Zugegeben, hier und da war etwas Geduld und festes Schuhwerk angesagt, bis der gewünschte Gegenstand mit innerer oder sichtbar nach außen gezeigter Befriedigung nach Hause getragen werden konnte. Bei dem Einen war es eine echte Antiquität, bei dem Anderen ein lang gesuchtes Ding, das ihm in seiner Sammlung noch fehlte, und bei einem Dritten ein schöner Gegenstand, mit dem er seine Behausung aufhübschen konnte. 

Seitdem die Jahrmärkte wieder auf dem ehemaligen „Schrannenplatz“, also dem früheren Marktplatz und heutigen Stadtplatz, stattfinden, f ühren die Traunsteiner Kraftfahrzeughändler ihre Autoausstellung auf ihren Betriebsgeländen durch. Wer die Absicht hatte, sich ein neues bzw. gebrauchtes Fahrzeug zuzulegen und etwas Zeit mitgebracht hatte, der konnte von einem zum anderen Kfz-Händler „hüpfen“ und sich so einen interessanten Überblick über den Automobilmarkt verschaffen.

Auch E-Autos vertreten

Interessenten für E-Mobilität luden die Wirtschaftsförderungsgesellschaft des Landkreises Traunstein und das Bildungszentrum der Handwerkskammer für München und Oberbayern zum Aktionstag „Treffpunkt E-Mobilität“ im Hof des Landratsamts ein. E-Mobilisten aus dem ganzen Landkreis Traunstein gaben Tipps. 

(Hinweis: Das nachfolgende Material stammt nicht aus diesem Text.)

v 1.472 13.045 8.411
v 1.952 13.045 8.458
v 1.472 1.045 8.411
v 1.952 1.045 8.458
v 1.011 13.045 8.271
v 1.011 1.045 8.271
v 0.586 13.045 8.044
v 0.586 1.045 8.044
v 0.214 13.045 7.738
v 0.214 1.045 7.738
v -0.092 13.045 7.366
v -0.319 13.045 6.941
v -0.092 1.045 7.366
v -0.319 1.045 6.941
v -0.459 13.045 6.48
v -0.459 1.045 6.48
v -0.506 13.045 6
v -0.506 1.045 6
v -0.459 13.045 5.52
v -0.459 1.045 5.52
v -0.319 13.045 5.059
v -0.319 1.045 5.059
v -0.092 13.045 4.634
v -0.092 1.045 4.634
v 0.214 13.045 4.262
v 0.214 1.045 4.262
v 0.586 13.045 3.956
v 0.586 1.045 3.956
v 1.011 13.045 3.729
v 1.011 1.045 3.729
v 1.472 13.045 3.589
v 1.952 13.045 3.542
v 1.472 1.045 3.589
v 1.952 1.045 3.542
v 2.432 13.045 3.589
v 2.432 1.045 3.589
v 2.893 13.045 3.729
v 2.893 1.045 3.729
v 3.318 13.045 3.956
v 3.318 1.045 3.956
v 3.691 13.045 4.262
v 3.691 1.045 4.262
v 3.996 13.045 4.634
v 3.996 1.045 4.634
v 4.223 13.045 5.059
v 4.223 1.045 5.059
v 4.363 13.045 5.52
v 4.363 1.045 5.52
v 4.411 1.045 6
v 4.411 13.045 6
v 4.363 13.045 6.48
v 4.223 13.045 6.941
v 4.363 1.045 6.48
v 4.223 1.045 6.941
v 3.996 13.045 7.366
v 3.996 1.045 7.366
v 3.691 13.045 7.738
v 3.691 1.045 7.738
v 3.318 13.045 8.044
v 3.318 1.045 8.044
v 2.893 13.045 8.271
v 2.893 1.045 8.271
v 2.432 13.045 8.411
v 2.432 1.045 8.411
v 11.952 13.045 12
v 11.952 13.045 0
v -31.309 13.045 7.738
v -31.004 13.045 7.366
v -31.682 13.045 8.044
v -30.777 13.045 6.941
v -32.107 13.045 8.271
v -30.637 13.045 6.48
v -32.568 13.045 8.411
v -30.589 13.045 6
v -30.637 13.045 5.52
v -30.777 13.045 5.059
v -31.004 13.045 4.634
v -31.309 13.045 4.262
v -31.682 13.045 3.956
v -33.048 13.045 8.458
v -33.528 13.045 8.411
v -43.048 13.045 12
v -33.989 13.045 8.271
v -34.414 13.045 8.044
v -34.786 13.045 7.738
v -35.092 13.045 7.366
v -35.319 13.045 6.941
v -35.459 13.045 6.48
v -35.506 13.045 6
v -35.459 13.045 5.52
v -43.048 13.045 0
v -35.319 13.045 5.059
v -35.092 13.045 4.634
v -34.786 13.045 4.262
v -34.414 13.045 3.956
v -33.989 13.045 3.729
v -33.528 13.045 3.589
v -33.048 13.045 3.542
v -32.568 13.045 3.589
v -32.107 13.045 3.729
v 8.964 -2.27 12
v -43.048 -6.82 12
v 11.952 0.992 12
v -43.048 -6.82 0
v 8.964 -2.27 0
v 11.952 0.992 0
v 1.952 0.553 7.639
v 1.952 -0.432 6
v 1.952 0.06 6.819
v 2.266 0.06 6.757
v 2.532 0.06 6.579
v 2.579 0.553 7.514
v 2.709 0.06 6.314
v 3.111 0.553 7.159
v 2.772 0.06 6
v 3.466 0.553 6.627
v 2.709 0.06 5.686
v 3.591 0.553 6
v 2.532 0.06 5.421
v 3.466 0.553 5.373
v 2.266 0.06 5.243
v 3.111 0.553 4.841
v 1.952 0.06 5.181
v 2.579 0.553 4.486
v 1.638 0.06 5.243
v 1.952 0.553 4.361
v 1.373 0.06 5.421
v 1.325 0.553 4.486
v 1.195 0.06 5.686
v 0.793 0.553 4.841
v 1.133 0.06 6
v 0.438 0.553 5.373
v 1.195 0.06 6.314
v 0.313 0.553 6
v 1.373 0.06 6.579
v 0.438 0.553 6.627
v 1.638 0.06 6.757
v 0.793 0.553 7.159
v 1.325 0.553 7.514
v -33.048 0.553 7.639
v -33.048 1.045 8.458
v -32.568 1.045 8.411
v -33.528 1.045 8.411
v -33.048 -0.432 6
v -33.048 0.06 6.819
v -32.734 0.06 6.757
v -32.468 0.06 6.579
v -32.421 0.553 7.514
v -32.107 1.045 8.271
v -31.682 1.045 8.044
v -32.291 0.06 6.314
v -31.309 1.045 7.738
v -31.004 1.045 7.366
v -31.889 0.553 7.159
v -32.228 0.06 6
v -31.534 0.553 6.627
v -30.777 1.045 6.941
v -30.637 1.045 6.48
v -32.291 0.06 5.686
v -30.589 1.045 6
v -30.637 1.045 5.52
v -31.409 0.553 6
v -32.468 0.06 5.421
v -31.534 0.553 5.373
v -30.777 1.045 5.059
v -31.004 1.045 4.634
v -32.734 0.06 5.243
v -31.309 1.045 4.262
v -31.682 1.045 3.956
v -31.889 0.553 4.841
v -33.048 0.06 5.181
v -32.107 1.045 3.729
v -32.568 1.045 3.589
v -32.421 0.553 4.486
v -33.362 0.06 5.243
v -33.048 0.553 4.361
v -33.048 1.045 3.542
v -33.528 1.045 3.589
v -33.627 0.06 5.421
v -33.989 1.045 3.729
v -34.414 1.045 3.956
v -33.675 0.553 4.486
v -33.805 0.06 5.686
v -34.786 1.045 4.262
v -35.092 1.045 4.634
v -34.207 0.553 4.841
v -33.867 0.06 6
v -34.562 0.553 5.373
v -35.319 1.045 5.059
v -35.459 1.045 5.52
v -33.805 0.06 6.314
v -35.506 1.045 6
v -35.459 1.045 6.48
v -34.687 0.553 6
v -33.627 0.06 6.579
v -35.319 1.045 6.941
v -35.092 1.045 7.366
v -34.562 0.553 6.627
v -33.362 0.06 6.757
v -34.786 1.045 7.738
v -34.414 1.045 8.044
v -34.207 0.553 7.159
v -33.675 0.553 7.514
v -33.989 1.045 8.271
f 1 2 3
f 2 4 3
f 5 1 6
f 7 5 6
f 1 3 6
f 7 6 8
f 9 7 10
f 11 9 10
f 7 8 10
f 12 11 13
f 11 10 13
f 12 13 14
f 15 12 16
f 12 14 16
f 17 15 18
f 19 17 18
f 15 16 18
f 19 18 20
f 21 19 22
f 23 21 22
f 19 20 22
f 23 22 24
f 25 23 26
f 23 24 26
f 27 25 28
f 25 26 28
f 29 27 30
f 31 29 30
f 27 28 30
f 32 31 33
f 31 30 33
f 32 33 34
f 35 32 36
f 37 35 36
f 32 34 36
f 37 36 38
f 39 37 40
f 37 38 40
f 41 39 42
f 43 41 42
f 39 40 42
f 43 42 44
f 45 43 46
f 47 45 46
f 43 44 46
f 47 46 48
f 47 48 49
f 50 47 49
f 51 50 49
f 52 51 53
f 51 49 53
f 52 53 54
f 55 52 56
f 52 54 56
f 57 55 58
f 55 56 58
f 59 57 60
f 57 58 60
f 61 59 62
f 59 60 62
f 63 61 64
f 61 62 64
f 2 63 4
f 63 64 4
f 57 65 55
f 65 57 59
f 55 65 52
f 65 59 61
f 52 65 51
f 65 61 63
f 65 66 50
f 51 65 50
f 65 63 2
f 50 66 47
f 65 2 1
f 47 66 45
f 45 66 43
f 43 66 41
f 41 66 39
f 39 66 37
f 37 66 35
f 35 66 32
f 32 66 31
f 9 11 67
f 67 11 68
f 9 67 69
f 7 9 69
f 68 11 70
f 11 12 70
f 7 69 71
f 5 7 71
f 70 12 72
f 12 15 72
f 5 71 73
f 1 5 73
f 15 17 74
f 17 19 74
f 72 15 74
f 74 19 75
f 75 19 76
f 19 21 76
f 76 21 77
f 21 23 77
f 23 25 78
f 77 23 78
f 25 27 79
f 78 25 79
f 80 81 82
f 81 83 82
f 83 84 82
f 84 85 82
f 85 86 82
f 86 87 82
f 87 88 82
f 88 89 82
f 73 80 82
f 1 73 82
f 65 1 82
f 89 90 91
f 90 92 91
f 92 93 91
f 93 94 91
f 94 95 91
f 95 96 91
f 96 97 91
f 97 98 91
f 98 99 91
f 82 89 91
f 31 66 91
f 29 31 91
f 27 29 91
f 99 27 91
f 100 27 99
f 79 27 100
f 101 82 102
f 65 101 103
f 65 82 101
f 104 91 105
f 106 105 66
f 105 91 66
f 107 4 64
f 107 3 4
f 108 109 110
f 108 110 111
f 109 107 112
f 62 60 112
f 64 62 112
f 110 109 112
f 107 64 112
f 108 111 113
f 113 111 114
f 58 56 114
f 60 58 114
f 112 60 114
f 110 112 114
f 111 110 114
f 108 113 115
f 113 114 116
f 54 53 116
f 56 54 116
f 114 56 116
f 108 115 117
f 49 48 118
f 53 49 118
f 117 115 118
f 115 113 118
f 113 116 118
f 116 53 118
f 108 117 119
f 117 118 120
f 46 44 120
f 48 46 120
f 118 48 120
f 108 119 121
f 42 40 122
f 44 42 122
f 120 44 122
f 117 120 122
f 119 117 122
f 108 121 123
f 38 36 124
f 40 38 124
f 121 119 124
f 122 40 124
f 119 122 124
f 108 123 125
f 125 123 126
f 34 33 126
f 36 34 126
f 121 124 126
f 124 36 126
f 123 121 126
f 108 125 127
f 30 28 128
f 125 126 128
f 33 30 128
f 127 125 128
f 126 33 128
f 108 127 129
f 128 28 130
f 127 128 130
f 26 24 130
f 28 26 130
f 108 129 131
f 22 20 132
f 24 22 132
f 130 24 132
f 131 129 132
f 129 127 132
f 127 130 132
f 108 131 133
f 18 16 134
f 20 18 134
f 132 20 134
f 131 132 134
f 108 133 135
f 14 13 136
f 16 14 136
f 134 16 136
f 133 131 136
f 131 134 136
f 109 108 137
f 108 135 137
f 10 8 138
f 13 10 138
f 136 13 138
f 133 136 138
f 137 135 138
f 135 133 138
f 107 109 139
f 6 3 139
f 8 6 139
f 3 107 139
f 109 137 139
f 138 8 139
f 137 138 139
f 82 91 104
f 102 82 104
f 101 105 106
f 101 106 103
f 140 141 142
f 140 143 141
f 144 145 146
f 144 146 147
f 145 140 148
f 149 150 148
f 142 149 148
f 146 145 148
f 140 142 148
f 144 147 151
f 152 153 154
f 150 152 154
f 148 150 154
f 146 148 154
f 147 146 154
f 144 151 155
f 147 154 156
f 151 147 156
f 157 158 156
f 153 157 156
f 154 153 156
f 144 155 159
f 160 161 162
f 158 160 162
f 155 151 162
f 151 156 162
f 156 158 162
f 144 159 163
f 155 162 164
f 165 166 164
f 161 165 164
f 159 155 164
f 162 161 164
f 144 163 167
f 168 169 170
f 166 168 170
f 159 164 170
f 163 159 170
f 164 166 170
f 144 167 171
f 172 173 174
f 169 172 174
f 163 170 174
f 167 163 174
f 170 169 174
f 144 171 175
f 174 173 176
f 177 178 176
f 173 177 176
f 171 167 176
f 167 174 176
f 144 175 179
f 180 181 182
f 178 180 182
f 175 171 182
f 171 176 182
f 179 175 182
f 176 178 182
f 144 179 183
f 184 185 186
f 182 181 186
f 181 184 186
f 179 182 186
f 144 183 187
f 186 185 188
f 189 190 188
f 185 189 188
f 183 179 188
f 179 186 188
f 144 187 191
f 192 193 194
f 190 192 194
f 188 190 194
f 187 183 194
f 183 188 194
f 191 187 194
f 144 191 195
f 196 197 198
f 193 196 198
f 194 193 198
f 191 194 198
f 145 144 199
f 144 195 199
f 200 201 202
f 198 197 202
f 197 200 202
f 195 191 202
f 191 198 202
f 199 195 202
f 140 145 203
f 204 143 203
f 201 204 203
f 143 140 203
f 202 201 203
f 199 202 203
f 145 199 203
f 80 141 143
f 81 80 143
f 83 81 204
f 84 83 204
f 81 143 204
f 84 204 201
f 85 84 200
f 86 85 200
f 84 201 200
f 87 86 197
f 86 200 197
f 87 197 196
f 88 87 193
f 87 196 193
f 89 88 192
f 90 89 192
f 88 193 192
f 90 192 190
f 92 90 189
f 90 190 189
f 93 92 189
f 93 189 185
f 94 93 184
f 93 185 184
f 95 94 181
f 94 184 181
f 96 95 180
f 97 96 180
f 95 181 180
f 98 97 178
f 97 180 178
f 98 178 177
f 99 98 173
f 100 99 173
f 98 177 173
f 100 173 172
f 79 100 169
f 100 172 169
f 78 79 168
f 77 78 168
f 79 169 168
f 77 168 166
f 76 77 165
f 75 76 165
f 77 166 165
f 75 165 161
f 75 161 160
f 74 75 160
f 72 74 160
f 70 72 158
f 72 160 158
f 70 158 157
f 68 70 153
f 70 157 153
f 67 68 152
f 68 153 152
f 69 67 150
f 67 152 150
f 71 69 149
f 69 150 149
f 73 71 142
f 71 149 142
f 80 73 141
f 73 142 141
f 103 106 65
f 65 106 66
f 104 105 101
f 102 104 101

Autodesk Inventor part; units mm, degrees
ref_plane "YZ Plane" through (0, 0, 0) normal (1, 0, 0) x (0, 1, 0)
sketch "スケッチ2" plane through (0, 0, 0) normal (0, 0, 1) x (1, 0, 0)
  line L0 (-43.0479, 13.0453) -> (-43.0479, -8.9547)
  line L1 (-43.0479, -8.9547) -> (11.9521, -8.9547)
  line L2 (11.9521, -8.9547) -> (11.9521, 13.0453)
  line L3 (11.9521, 13.0453) -> (-43.0479, 13.0453)
  point P0 (0, 0)
  dimension "d3" = 55
  dimension "d16" = 22
extrude "押し出し2" add sketch "スケッチ2" along normal blind 12
sketch "スケッチ4" plane through (-43.0479, 13.0453, 0) normal (0, 1, 0) x (1, 0, 0)
  line L0 (55, 0) -> (55, -12) projected
  line L1 (0, 0) -> (0, -12) projected
  line L2 (0, -6) -> (55, -6)
  line L3 (0, -12) -> (55, -12) projected
  line L4 (0, 0) -> (55, 0) projected
  point P0 (10, -6)
  point P1 (45, -6)
  dimension "d17" = 10
  dimension "d18" = 35
hole "穴2" at (-33.0479, 13.0453, 6) at (1.9521, 13.0453, 6) direction (0, -1, 0) diameter 4.917 depth 12 tip angle 118 thread size "M6x1" class "6H" standard "ISO Metric profile"
ref_plane "IN" through (-43.0479, -7.6232, 0) normal (-0.0872, 0.9962, 0) x (0, 0, 1)
ref_plane "OUT" through (-43.1176, -6.8262, 0) normal (-0.0872, 0.9962, 0) x (0, 0, 1)
sketch "スケッチ6" plane through (-43.1176, -6.8262, 0) normal (-0.0872, 0.9962, 0) x (0, 0, 1)
  line L0 (15.0202, 58.9603) -> (-3.3874, 58.9603)
  line L1 (-3.3874, 58.9603) -> (-3.3874, -4.1514)
  line L2 (-3.3874, -4.1514) -> (15.0202, -4.1514)
  line L3 (15.0202, -4.1514) -> (15.0202, 58.9603)
extrude "押し出し4" cut sketch "スケッチ6" against normal through all
chamfer "面取り1" distance 3 angle 45 1 edges at (11.9521, -2.0083, 6)
properties part number "100014" material "STEEL - HIGH GRADE ALLOY, BLACK OXIDE FINISH"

Praktiker und Experten berichteten über die Alltagstauglichkeit von E-Autos. Die Besucher konnten wieder verschiedene Elektroautos ausprobieren. Im Casino des Landratsamts gab es Kurzvorträge und Impulse. Ebenso wurde ein E-Kart-Parcours für Kinder angeboten. Ab Mittag gab es für den „Lindl-Sonntag“ noch einmal einen Schub in der Besuchergunst, denn dann öffneten auch die Traunsteiner Ladengeschäfte.

Familiensonntag

Ganze Heerscharen drängten durch die Innenstadt, um sich vom großen Angebot des Traunsteiner Einzelhandels ein Bild zu machen. Der verkaufsoffene Sonntag war wieder einmal auch ein Familiensonntag. Mit Kind und Kegel strömten sie in die Läden. Einige Geschäfte boten eigens zum „Lindl-Sonntag“ günstige Schnäppchen an, die gerne mitgenommen wurden. 

Den „Lindl-Sonntag“ nutzten wiederum einige Institutionen, um eine breite Öffentlichkeit über sich und ihre Arbeit zu informieren. Die Freiwillige Feuerwehr Traunstein war mit Vorführungen und Einsatzfahrzeugen auf dem Stadtplatz vertreten. Der Höhepunkt für Groß und Klein war mit Sicherheit eine Fahrt im Korb der Drehleiter, um das Jahrmarktgeschehen auf dem Stadtplatz aus schwindelnder Höhe zu beobachten.

Auf dem Maxplatz hatte der Allgemeine Deutschen Fahrrad-Club (ADFC) wieder seinen Gebrauchtfahrradmarkt mit rund120 Fahrrädern aufgebaut. Wer ein fahrbereites Fahrrad verkaufen wollte, konnte es dort abgeben. Soweit möglich wurde es dann von den Mitgliedern des ADFC gegen eine kleine Vermittlungsgebühr verkauft. Gleich gegenüber hatte die Kreisverkehrswacht ihre Stände, an denen jedermann seine Reaktion im Straßenverkehr an Simulatoren testen konnte. Ebenfalls auf dem Maxplatz informierte die Allgemeine Ortskrankenkasse (AOK) über Themen der Gesundheit.